The dark figure kept moving, covered by especially deep shadows on one side of the hallway. Reaching a crossing corridor, he—if indeed it was a man—slipped without hesitation around the corner, coming to an unlit stairwell that took him to the ground level. A few shortened tapers flickered drunkenly in their sconces upon the walls. Some had already gone out. Taking advantage of the deep gray spaces between the dim pools of light, the form zigzagged across the open area, stopping at the intersection of another hall and merging with another shadow.
With deliberate care, he peeked around the corner. Like his route so far, this corridor was also silent and empty. A few sconces glowed along its length, many about to extinguish themselves in their own wax. The slim figure glided like a specter along the near wall to the hall’s halfway point and sat for a moment on his haunches, taking a quick look left and right. His objective, large double doors, their upper halves filled with glass panes, stood across from where he crouched. Dim as it was, the light glowed brighter there, and should a guard or servant enter the corridor, he would surely see the black-clad form.
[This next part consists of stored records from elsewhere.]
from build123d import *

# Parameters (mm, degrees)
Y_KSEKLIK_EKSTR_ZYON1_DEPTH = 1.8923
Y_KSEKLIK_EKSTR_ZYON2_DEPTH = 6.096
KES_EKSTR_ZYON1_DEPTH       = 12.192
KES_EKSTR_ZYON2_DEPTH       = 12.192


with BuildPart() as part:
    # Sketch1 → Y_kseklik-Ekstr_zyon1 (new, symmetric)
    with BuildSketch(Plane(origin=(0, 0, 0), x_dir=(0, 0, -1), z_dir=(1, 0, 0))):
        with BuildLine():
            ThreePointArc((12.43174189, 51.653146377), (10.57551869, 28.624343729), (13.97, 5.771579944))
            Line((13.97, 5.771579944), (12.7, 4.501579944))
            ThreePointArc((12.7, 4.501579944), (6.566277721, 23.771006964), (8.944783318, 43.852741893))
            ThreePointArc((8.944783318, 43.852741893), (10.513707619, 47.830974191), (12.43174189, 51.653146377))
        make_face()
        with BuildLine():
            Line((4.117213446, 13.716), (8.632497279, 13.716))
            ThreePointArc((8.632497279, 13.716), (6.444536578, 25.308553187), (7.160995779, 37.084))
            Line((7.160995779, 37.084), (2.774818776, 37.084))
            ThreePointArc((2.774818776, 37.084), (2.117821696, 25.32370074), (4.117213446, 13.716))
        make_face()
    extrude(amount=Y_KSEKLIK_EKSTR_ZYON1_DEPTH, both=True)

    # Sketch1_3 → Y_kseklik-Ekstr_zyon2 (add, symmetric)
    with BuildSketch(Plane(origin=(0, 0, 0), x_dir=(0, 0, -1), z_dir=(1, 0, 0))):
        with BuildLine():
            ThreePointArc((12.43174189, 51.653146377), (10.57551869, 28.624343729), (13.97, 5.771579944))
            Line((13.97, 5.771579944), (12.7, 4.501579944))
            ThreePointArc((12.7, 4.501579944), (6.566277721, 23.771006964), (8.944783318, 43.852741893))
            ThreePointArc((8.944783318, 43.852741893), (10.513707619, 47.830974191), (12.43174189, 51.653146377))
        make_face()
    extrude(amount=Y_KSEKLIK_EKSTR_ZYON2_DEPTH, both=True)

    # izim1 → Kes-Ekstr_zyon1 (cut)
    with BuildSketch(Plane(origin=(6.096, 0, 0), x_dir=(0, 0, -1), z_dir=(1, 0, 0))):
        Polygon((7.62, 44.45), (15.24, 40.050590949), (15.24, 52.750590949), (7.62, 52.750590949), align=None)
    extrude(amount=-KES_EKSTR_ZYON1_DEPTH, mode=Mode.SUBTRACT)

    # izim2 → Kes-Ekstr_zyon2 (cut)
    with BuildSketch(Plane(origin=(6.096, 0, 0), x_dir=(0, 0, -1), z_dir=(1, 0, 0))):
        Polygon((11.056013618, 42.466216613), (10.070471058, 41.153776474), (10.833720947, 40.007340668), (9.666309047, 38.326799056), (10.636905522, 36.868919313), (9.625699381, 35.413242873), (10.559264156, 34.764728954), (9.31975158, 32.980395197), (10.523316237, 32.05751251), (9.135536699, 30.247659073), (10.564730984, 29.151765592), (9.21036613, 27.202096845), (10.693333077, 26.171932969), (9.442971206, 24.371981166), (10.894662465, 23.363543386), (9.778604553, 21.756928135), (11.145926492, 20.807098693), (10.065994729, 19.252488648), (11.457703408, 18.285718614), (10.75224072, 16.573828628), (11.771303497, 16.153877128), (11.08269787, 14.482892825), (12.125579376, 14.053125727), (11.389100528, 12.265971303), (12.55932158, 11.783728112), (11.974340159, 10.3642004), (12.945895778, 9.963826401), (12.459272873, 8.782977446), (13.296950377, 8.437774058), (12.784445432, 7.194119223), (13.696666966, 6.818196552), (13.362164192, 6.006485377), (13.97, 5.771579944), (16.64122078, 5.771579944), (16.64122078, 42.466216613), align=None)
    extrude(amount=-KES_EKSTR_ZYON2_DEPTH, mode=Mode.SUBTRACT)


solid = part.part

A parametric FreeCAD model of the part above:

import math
import FreeCAD as App
import Part
import Sketcher
from FreeCAD import Vector
Q = App.Units.Quantity


def add_polygon(sketch, points):
    """Adds a closed chain of lines whose ends are joined by coincident constraints."""
    first, n = sketch.GeometryCount, len(points)
    for a, b in zip(points, points[1:] + points[:1]):
        sketch.addGeometry(Part.LineSegment(App.Vector(*a, 0), App.Vector(*b, 0)), False)
    for i in range(n):
        sketch.addConstraint(Sketcher.Constraint("Coincident", first + i, 2, first + (i + 1) % n, 1))

doc = App.newDocument("Part")
body = doc.addObject("PartDesign::Body", "Body")

# Sketch on YZ plane
sketch1 = body.newObject("Sketcher::SketchObject", "Sketch")
sketch1.AttachmentSupport = (doc.getObject("YZ_Plane"), [""])
sketch1.MapMode = "FlatFace"
sketch1.addGeometry(Part.ArcOfCircle(Part.Circle(Vector(32, -112.1, 0), Vector(0, 0, 1), 101.6), math.radians(79), math.radians(105)), False)
sketch1.addGeometry(Part.ArcOfCircle(Part.Circle(Vector(28.3, -54.2, 0), Vector(0, 0, 1), 47.8), math.radians(60.79), math.radians(71.04)), False)
sketch1.addGeometry(Part.ArcOfCircle(Part.Circle(Vector(28.3, -54.2, 0), Vector(0, 0, 1), 47.8), math.radians(71.04), math.radians(79.43)), False)
sketch1.addGeometry(Part.LineSegment(Vector(37.1, -7.2, 0), Vector(37.1, -2.8, 0)), False)
sketch1.addGeometry(Part.ArcOfCircle(Part.Circle(Vector(28.3, -54.2, 0), Vector(0, 0, 1), 52.1), math.radians(80), math.radians(106)), False)
sketch1.addGeometry(Part.LineSegment(Vector(13.7, -4.1, 0), Vector(13.7, -8.6, 0)), False)
sketch1.addGeometry(Part.ArcOfCircle(Part.Circle(Vector(28.3, -54.2, 0), Vector(0, 0, 1), 47.8), math.radians(107.77), math.radians(119.86)), False)
sketch1.addGeometry(Part.LineSegment(Vector(4.5, -12.7, 0), Vector(5.8, -14, 0)), False)
sketch1.addConstraint(Sketcher.Constraint("Coincident", 0, 1, 1, 1))
sketch1.addConstraint(Sketcher.Constraint("Tangent", 1, 2, 2, 1))
sketch1.addConstraint(Sketcher.Constraint("Coincident", 2, 2, 3, 1))
sketch1.addConstraint(Sketcher.Constraint("Coincident", 3, 2, 4, 1))
sketch1.addConstraint(Sketcher.Constraint("Coincident", 4, 2, 5, 1))
sketch1.addConstraint(Sketcher.Constraint("Coincident", 5, 2, 6, 1))
sketch1.addConstraint(Sketcher.Constraint("Coincident", 6, 2, 7, 1))
sketch1.addConstraint(Sketcher.Constraint("Coincident", 7, 2, 0, 2))
sketch1.addConstraint(Sketcher.Constraint("Vertical", 3))
sketch1.addConstraint(Sketcher.Constraint("Vertical", 5))
sketch1.addConstraint(Sketcher.Constraint("Coincident", 4, 3, 1, 3))
sketch1.addConstraint(Sketcher.Constraint("Coincident", 6, 3, 1, 3))
sketch1.addConstraint(Sketcher.Constraint("Equal", 1, 2))
sketch1.addConstraint(Sketcher.Constraint("Equal", 2, 6))
sketch1.addConstraint(Sketcher.Constraint("Radius", 0, Q("4 in")))
sketch1.addConstraint(Sketcher.Constraint("Angle", 7, Q("-45 deg")))
sketch1.addConstraint(Sketcher.Constraint("DistanceY", 6, 2, -1, 1, Q("0.5 in")))
sketch1.addConstraint(Sketcher.Constraint("DistanceX", -1, 1, 2, 2, Q("1.46 in")))
sketch1.addConstraint(Sketcher.Constraint("DistanceX", -1, 1, 4, 2, Q("0.54 in")))
sketch1.addConstraint(Sketcher.Constraint("DistanceY", 7, 2, -1, 1, Q("0.55 in")))
sketch1.addConstraint(Sketcher.Constraint("Radius", 1, Q("47.823437 mm")))
sketch1.addConstraint(Sketcher.Constraint("Radius", 4, Q("52.141438 mm")))
sketch1.addConstraint(Sketcher.Constraint("DistanceX", 0, 3, 0, 1, Q("19.624401 mm")))
sketch1.addConstraint(Sketcher.Constraint("DistanceY", 5, 2, 2, 2, Q("1.471501 mm")))
sketch1.addConstraint(Sketcher.Constraint("DistanceY", 0, 1, -1, 1, Q("12.431742 mm")))
sketch1.addConstraint(Sketcher.Constraint("DistanceX", -1, 1, 1, 2, Q("43.852742 mm")))
pad1 = body.newObject("PartDesign::Pad", "Pad")
pad1.Profile = sketch1
pad1.Length = Q("0.149 in")
pad1.Midplane = True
Rolling, he shot across the hall and came to a crouch in front of the doors’ lock, an old, simple mechanism of a kind that had not foiled him since his early days on the streets of Kingsport decades ago. He had been a snot-nosed pickpocket then, cutting purses and occasionally smashing shop windows for a local kingpin. As he forced the lock with practiced ease and a minimum of noise, the thief—for so the dark silhouette was—fleetingly acknowledged to himself that he had been at his trade for a long time. In fact, his black knit cap covered dark hair streaked with gray. He supposed he could consider retirement after this score.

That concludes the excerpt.